The Constitution (with its Second Amendment so cherished by gun owners like me), John Adams once famously said, was “made only for a moral and religious people” and is “wholly inadequate to the government of any other.” The paradigmatic conservative Edmund Burke similarly once argued that “men are qualified for civil liberty in exact proportion to their disposition to put moral chains upon their own appetites.” Alas, Americans in the year 2021 can be said to be neither a “moral and religious people” nor particularly well disposed to putting “moral chains upon their own appetites.”

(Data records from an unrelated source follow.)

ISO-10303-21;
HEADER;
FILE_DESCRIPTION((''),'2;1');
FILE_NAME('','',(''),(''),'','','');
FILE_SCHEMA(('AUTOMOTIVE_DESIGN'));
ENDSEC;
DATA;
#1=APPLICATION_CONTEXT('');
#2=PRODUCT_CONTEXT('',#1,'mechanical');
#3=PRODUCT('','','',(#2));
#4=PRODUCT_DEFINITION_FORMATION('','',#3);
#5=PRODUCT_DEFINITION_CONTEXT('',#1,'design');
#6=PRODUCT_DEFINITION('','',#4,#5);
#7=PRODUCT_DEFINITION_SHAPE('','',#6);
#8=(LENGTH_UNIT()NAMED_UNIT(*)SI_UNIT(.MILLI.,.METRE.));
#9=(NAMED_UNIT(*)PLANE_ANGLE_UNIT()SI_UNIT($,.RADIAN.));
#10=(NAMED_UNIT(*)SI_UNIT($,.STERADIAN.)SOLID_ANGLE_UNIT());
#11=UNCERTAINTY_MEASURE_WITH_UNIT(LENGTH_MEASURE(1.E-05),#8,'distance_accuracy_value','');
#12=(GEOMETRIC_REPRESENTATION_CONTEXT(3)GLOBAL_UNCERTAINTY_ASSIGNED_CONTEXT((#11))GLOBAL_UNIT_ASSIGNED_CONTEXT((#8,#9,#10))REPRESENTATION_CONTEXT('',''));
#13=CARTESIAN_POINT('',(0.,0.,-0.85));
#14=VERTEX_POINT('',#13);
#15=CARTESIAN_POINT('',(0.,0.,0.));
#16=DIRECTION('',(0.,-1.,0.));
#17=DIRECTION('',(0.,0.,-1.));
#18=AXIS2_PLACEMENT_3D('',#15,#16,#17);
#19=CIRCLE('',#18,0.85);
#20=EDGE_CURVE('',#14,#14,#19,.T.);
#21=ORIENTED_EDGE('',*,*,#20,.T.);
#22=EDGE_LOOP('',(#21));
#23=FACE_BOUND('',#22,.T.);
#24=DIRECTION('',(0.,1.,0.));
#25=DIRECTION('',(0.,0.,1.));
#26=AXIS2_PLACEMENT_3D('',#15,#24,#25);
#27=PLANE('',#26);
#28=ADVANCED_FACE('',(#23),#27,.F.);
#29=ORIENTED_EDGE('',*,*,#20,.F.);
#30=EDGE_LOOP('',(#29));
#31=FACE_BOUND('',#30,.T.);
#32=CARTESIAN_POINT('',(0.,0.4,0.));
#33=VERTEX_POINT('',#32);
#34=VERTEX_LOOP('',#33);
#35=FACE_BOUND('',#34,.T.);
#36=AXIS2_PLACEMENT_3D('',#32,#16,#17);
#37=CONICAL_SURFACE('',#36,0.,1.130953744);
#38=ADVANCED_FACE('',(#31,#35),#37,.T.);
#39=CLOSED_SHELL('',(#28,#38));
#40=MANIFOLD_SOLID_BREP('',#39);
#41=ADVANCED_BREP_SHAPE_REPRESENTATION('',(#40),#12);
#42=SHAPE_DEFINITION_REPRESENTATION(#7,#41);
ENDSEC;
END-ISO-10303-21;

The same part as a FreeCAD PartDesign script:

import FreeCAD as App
import Part
import Sketcher
Q = App.Units.Quantity

doc = App.newDocument("Part")
body = doc.addObject("PartDesign::Body", "Body")

# Sketch on XY plane
sketch1 = body.newObject("Sketcher::SketchObject", "Sketch")
sketch1.AttachmentSupport = (doc.getObject("XY_Plane"), [""])
sketch1.MapMode = "FlatFace"
sketch1.addGeometry(Part.LineSegment(App.Vector(0, 0, 0), App.Vector(0, 0.4, 0)), False)
sketch1.addGeometry(Part.LineSegment(App.Vector(0, 0.4, 0), App.Vector(-0.85, 0, 0)), False)
sketch1.addGeometry(Part.LineSegment(App.Vector(-0.85, 0, 0), App.Vector(0, 0, 0)), False)
sketch1.addConstraint(Sketcher.Constraint("Coincident", 0, 2, 1, 1))
sketch1.addConstraint(Sketcher.Constraint("Coincident", 1, 2, 2, 1))
sketch1.addConstraint(Sketcher.Constraint("Coincident", 2, 2, 0, 1))
sketch1.addConstraint(Sketcher.Constraint("Vertical", 0))
sketch1.addConstraint(Sketcher.Constraint("Horizontal", 2))
sketch1.addConstraint(Sketcher.Constraint("Coincident", 2, 2, -1, 1))
sketch1.addConstraint(Sketcher.Constraint("DistanceY", 0, 1, 0, 2, Q("0.4 mm")))
sketch1.addConstraint(Sketcher.Constraint("DistanceX", 2, 1, 2, 2, Q("0.85 mm")))
revolution = body.newObject("PartDesign::Revolution", "Revolution")
revolution.Profile = sketch1
revolution.ReferenceAxis = (sketch1, ["V_Axis"])
revolution.Angle = 360

doc.recompute()
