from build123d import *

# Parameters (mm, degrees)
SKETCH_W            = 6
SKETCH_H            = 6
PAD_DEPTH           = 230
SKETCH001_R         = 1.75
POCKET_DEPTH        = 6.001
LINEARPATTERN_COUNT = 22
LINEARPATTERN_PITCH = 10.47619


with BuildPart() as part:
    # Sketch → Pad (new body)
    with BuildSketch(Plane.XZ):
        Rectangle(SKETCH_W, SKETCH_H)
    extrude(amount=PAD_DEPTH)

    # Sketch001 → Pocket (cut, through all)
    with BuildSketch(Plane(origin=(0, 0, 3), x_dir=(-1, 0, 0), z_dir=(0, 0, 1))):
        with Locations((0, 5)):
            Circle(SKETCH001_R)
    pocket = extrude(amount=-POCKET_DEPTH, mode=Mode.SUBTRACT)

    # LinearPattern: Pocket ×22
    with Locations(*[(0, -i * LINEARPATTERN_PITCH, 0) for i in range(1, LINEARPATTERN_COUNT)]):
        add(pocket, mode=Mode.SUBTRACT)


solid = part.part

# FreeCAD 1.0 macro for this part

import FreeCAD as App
import Part
import Sketcher
Q = App.Units.Quantity

doc = App.newDocument("Part")
body = doc.addObject("PartDesign::Body", "Body")

sketch1 = doc.addObject("Sketcher::SketchObject", "Sketch")
body.addObject(sketch1)
sketch1.AttachmentSupport = (doc.XZ_Plane, [""])
sketch1.MapMode = "FlatFace"
sketch1.addGeometry([
    Part.LineSegment(App.Vector(-3, 3, 0), App.Vector(-3, -3, 0)),
    Part.LineSegment(App.Vector(-3, -3, 0), App.Vector(3, -3, 0)),
    Part.LineSegment(App.Vector(3, -3, 0), App.Vector(3, 3, 0)),
    Part.LineSegment(App.Vector(3, 3, 0), App.Vector(-3, 3, 0)),
], False)
sketch1.addConstraint([
    Sketcher.Constraint("Coincident", 0, 2, 1, 1),
    Sketcher.Constraint("Coincident", 1, 2, 2, 1),
    Sketcher.Constraint("Coincident", 2, 2, 3, 1),
    Sketcher.Constraint("Coincident", 3, 2, 0, 1),
    Sketcher.Constraint("Vertical", 0),
    Sketcher.Constraint("Horizontal", 1),
    Sketcher.Constraint("Vertical", 2),
    Sketcher.Constraint("Horizontal", 3),
    Sketcher.Constraint("Symmetric", 0, 2, 2, 2, -1, 1),
    Sketcher.Constraint("Equal", 3, 0),
    Sketcher.Constraint("DistanceX", 1, 1, 1, 2, Q("6 mm")),
])
pad1 = doc.addObject("PartDesign::Pad", "Pad")
body.addObject(pad1)
pad1.Profile = sketch1
pad1.Length = 230

sketch2 = doc.addObject("Sketcher::SketchObject", "Sketch001")
body.addObject(sketch2)
sketch2.AttachmentSupport = (doc.XY_Plane, [""])
sketch2.MapMode = "FlatFace"
sketch2.AttachmentOffset = App.Placement(App.Vector(0, 0, 3), App.Rotation())
sketch2.addGeometry(Part.Circle(App.Vector(0, -5, 0), App.Vector(0, 0, 1), 1.8), False)
sketch2.addConstraint([
    Sketcher.Constraint("PointOnObject", 0, 3, -2),
    Sketcher.Constraint("Diameter", 0, Q("3.5 mm")),
    Sketcher.Constraint("DistanceY", 0, 3, -1, 1, Q("5 mm")),
])
pocket1 = doc.addObject("PartDesign::Pocket", "Pocket")
body.addObject(pocket1)
pocket1.Profile = sketch2
pocket1.Type = "ThroughAll"
doc.recompute()

linearpattern = doc.addObject("PartDesign::LinearPattern", "LinearPattern")
body.addObject(linearpattern)
linearpattern.Originals = [pocket1]
linearpattern.Direction = (doc.Y_Axis, [""])
linearpattern.Mode = "offset"
linearpattern.Offset = 10.47619
linearpattern.Occurrences = 22
linearpattern.Reversed = True
body.Tip = linearpattern

doc.recompute()
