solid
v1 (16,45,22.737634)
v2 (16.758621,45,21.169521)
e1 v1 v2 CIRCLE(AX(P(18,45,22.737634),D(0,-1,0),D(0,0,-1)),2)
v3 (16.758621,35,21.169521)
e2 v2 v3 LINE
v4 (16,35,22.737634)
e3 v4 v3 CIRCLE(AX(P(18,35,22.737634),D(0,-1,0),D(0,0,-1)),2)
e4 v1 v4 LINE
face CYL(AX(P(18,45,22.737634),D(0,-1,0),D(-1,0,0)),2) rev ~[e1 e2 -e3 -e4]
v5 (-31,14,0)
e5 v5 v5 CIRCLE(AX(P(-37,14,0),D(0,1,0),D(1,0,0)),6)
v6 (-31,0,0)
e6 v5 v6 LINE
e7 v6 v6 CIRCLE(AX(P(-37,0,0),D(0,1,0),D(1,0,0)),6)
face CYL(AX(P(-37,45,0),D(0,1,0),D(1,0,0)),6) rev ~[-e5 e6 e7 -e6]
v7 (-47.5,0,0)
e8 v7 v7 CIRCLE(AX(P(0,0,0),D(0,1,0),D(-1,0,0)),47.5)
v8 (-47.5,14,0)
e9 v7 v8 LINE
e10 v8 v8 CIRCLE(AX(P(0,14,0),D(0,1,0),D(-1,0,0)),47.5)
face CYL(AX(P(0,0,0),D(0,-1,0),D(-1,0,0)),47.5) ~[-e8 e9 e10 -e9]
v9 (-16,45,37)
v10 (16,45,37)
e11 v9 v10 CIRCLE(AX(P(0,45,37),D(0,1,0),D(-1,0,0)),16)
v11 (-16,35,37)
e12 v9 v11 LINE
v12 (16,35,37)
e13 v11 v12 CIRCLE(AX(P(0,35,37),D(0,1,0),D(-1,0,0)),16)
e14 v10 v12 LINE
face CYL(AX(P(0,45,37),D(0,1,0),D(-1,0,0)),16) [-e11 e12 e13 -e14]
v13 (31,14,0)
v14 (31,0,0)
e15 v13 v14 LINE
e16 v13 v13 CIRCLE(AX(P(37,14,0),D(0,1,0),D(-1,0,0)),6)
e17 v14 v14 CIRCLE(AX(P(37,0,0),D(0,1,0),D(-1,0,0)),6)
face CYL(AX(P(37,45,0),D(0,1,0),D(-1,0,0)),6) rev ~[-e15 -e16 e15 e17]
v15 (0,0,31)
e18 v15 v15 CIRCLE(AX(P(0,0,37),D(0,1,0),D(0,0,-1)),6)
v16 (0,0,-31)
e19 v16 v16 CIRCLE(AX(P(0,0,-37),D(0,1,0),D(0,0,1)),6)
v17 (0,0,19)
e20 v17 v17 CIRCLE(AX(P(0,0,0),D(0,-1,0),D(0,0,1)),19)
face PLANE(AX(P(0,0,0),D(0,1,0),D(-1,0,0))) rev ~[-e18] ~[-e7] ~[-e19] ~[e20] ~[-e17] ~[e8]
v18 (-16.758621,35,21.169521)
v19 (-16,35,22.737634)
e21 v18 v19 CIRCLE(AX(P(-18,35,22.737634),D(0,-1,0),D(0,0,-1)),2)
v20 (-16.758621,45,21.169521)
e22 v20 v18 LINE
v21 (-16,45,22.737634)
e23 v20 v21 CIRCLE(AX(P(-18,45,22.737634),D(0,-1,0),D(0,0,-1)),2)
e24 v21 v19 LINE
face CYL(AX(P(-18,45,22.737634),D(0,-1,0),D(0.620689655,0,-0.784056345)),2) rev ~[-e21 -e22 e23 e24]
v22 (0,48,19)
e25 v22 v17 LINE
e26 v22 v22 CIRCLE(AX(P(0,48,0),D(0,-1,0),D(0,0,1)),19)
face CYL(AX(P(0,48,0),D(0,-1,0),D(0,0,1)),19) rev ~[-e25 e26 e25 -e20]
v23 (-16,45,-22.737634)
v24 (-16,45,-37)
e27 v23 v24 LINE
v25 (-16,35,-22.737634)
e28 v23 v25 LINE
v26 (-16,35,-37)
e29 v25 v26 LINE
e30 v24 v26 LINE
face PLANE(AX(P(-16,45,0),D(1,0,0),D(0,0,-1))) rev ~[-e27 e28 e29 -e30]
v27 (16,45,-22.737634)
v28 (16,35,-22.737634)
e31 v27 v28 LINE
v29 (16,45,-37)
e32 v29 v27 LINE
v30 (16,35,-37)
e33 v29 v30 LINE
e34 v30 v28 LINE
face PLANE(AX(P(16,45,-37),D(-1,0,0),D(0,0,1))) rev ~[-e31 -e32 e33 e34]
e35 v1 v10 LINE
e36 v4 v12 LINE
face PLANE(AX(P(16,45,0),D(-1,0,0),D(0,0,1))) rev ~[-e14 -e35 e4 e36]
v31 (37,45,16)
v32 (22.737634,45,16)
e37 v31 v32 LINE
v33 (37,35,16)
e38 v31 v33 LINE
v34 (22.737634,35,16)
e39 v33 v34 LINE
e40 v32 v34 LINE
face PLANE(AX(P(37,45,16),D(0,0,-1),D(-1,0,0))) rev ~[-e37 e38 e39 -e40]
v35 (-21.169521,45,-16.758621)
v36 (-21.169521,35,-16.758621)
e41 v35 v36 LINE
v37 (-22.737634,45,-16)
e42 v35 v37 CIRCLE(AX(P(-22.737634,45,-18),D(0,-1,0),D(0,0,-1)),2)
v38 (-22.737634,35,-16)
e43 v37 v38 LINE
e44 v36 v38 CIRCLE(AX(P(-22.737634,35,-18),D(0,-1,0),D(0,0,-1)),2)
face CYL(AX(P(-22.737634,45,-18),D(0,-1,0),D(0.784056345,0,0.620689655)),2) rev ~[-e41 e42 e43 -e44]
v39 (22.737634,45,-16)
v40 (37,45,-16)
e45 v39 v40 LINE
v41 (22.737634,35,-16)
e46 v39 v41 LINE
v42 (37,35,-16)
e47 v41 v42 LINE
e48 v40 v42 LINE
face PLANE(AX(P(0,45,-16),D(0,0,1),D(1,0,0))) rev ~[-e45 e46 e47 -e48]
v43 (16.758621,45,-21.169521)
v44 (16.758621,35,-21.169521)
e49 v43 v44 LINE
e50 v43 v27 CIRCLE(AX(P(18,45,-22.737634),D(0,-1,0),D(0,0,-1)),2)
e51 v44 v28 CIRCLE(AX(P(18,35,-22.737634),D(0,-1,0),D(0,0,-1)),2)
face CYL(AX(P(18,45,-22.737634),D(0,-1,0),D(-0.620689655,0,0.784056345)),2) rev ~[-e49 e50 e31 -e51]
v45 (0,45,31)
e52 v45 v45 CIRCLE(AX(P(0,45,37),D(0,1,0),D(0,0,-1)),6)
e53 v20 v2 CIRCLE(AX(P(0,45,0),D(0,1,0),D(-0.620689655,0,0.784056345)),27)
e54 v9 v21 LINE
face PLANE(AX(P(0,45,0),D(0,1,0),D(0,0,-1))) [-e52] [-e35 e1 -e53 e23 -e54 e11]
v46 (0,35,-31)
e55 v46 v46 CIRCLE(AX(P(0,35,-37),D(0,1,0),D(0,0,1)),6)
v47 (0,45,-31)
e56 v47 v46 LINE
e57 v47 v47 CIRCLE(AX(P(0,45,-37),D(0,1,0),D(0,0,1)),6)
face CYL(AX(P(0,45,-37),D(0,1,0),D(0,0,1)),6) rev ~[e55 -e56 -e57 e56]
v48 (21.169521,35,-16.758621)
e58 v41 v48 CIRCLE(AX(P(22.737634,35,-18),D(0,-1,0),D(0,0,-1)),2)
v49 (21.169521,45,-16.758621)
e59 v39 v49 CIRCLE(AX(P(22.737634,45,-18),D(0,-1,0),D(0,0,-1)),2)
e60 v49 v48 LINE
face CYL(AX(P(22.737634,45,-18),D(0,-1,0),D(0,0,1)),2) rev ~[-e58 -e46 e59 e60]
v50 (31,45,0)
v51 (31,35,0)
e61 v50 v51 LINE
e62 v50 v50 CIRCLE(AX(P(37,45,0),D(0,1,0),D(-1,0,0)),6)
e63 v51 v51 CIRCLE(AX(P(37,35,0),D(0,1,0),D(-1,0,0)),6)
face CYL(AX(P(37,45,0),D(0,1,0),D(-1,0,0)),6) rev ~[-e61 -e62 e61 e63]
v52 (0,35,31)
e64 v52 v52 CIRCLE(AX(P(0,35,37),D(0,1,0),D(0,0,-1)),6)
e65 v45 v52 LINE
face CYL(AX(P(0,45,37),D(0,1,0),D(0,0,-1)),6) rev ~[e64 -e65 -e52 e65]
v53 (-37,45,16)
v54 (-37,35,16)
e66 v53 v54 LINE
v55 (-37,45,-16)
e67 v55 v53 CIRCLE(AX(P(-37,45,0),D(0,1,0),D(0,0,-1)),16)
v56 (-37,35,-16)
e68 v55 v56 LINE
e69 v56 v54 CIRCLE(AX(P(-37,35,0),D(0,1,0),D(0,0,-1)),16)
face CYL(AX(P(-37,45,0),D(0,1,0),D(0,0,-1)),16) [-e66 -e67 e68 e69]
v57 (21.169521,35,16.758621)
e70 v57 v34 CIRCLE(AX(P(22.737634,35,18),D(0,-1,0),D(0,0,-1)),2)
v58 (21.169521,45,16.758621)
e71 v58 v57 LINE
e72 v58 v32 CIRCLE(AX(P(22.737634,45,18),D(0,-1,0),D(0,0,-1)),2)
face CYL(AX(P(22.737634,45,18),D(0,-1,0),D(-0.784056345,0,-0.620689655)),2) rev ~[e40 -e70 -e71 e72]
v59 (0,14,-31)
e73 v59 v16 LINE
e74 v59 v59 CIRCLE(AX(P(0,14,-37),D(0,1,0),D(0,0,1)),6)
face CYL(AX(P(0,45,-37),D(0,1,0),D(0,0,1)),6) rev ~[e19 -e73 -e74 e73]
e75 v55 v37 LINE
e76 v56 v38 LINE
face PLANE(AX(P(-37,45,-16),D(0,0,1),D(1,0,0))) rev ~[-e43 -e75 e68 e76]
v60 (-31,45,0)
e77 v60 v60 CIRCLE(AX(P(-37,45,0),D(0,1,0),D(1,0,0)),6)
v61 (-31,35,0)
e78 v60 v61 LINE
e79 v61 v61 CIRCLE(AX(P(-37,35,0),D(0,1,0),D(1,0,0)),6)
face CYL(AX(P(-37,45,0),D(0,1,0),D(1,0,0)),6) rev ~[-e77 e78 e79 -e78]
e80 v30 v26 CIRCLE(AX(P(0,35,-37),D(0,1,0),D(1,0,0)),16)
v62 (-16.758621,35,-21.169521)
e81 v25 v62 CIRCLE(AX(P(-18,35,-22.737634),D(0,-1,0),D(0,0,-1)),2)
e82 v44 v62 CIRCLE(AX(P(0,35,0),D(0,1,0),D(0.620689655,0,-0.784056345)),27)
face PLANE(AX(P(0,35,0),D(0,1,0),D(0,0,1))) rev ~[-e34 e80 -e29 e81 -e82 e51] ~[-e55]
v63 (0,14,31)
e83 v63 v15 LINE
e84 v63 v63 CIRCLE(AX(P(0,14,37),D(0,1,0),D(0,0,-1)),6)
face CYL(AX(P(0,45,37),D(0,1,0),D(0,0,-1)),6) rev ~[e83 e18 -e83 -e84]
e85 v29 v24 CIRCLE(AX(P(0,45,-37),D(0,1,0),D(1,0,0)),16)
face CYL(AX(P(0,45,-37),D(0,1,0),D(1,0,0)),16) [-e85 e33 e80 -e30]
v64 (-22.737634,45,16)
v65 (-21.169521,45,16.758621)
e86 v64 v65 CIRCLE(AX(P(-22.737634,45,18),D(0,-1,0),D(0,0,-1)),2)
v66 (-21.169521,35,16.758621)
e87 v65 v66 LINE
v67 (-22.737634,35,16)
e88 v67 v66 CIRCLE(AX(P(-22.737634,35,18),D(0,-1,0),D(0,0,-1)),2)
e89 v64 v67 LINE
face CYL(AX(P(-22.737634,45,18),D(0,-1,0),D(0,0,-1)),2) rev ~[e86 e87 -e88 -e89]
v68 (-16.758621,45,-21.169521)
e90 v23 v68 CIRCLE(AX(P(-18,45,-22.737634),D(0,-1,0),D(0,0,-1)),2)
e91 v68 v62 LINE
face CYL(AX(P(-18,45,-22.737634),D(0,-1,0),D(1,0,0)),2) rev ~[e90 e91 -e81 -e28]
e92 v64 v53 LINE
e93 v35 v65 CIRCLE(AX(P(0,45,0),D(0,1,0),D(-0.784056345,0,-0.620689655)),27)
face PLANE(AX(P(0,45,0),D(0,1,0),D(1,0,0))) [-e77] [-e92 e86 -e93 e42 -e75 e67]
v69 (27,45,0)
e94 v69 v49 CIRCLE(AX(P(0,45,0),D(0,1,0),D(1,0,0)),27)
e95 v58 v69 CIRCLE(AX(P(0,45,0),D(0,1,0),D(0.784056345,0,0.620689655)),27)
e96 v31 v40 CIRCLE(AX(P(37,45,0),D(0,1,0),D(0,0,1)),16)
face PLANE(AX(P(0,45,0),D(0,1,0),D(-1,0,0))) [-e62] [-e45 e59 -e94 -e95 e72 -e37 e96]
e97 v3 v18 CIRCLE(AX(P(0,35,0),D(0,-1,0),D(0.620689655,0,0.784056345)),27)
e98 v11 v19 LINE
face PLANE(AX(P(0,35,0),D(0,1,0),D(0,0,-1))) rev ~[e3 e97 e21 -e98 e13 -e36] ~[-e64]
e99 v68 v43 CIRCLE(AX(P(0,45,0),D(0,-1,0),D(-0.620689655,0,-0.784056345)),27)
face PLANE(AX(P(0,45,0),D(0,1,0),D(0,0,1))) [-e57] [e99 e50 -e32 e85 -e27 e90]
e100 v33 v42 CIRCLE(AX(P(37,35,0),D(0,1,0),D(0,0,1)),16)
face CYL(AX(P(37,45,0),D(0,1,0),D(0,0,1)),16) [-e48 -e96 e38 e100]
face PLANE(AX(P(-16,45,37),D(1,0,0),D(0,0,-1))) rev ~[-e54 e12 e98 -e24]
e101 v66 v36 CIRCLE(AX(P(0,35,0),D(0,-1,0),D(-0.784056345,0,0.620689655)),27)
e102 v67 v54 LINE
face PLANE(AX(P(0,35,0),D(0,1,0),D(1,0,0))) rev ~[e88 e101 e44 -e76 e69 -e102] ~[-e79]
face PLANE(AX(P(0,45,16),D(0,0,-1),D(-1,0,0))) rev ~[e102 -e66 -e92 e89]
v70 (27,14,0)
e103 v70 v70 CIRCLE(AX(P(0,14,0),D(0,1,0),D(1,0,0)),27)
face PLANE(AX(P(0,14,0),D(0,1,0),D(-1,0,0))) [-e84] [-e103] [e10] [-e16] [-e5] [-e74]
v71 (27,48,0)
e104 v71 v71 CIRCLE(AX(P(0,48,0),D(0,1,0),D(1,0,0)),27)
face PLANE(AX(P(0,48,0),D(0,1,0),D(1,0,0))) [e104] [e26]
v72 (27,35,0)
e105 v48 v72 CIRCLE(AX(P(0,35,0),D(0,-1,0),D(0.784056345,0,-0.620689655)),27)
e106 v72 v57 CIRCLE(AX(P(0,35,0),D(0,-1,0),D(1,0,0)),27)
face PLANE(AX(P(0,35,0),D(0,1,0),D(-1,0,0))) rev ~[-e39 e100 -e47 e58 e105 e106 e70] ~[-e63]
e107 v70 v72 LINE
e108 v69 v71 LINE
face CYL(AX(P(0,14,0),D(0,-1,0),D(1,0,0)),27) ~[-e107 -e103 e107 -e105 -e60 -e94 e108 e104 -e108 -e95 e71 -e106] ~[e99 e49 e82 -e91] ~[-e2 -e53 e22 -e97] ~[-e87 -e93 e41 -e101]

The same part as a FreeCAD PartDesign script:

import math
import FreeCAD as App
import Part
import Sketcher
from FreeCAD import Vector


def edges_at(feature, points):
    """Names of the edges that pass closest to the given points."""
    edges = feature.Shape.Edges
    near = lambda p: min(range(len(edges)), key=lambda i: edges[i].distToShape(Part.Vertex(*p))[0])
    return sorted({f"Edge{near(p) + 1}" for p in points})

doc = App.newDocument("Part")
body = doc.addObject("PartDesign::Body", "Body")

# Sketch on XZ plane
sketch1 = doc.addObject("Sketcher::SketchObject", "Sketch")
body.addObject(sketch1)
sketch1.AttachmentSupport = (doc.XZ_Plane, [""])
sketch1.MapMode = "FlatFace"
sketch1.addGeometry(Part.Circle(Vector(0, 0, 0), Vector(0, 0, 1), 47.5), False)
sketch1.addConstraint([
    Sketcher.Constraint("Coincident", 0, 3, -1, 1),
    Sketcher.Constraint("Diameter", 0, 95.0),
])
pad1 = doc.addObject("PartDesign::Pad", "Pad")
body.addObject(pad1)
pad1.Profile = sketch1
pad1.Length = 14
pad1.Reversed = True

# Sketch on XZ plane
sketch2 = doc.addObject("Sketcher::SketchObject", "Sketch001")
body.addObject(sketch2)
sketch2.AttachmentSupport = (doc.XZ_Plane, [""])
sketch2.MapMode = "FlatFace"
sketch2.AttachmentOffset = App.Placement(Vector(0, 0, -14), App.Rotation())
sketch2.addGeometry(Part.Circle(Vector(0, 0, 0), Vector(0, 0, 1), 27), False)
sketch2.addConstraint([
    Sketcher.Constraint("Coincident", 0, 3, -1, 1),
    Sketcher.Constraint("Diameter", 0, 54.0),
])
pad2 = doc.addObject("PartDesign::Pad", "Pad001")
body.addObject(pad2)
pad2.Profile = sketch2
pad2.Length = 34
pad2.Reversed = True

To be sure, gun restrictions are generally still bad public policy due to reasons both intrinsic — criminals do not, by definition, abide by laws — and pragmatic — in a country with more guns than citizens, an Australia-style “buyback” program would be infeasible to the point of absurdity, even if it were not blatantly unconstitutional. But the very rhetorical and intellectual currency of our firearm policy discourse has become woefully debased over the decades. At the time of the American founding, gun ownership was not merely viewed as a check on government tyranny and a logical outflow of the natural, common-law right to self-defense. It was also viewed as virtuous: something that was, can and ought to be deployed to protect one’s family, one’s home and one’s community. In this sense, a well-armed citizenry was not simply an outgrowth of any particular natural or legal right; rather, it was viewed as fundamentally just and redounding to the common good of a well-functioning, internally harmonious society.

The reader here will conjure up images of frontiersmen and homesteaders protecting one’s remote home with a flintlock musket — and there is a lot of accuracy to the early- to mid-republic authenticity of those images. But when is the last time anyone, even a conservative, has made an affirmative argument in favor of gun ownership based not on constitutional meaning or contextual prudence but on the inherent virtue of gun ownership? The long, steady decline of this once-prevalent school of thought is certainly due, in part, to the hollowing out of America’s religiosity and temperance. But it is also due to the fact that manliness itself is increasingly viewed not as a virtue to be nourished and cherished but as a “toxic” vestige of a bygone barbarism that must be tamed and ultimately excised. A society that loses its belief in the importance of manliness qua manliness will necessarily fail to appreciate the virtue of a home- and hearth-protecting paterfamilias. There is a direct, unmistakable connection between the decline of the former and a lessened respect for the latter.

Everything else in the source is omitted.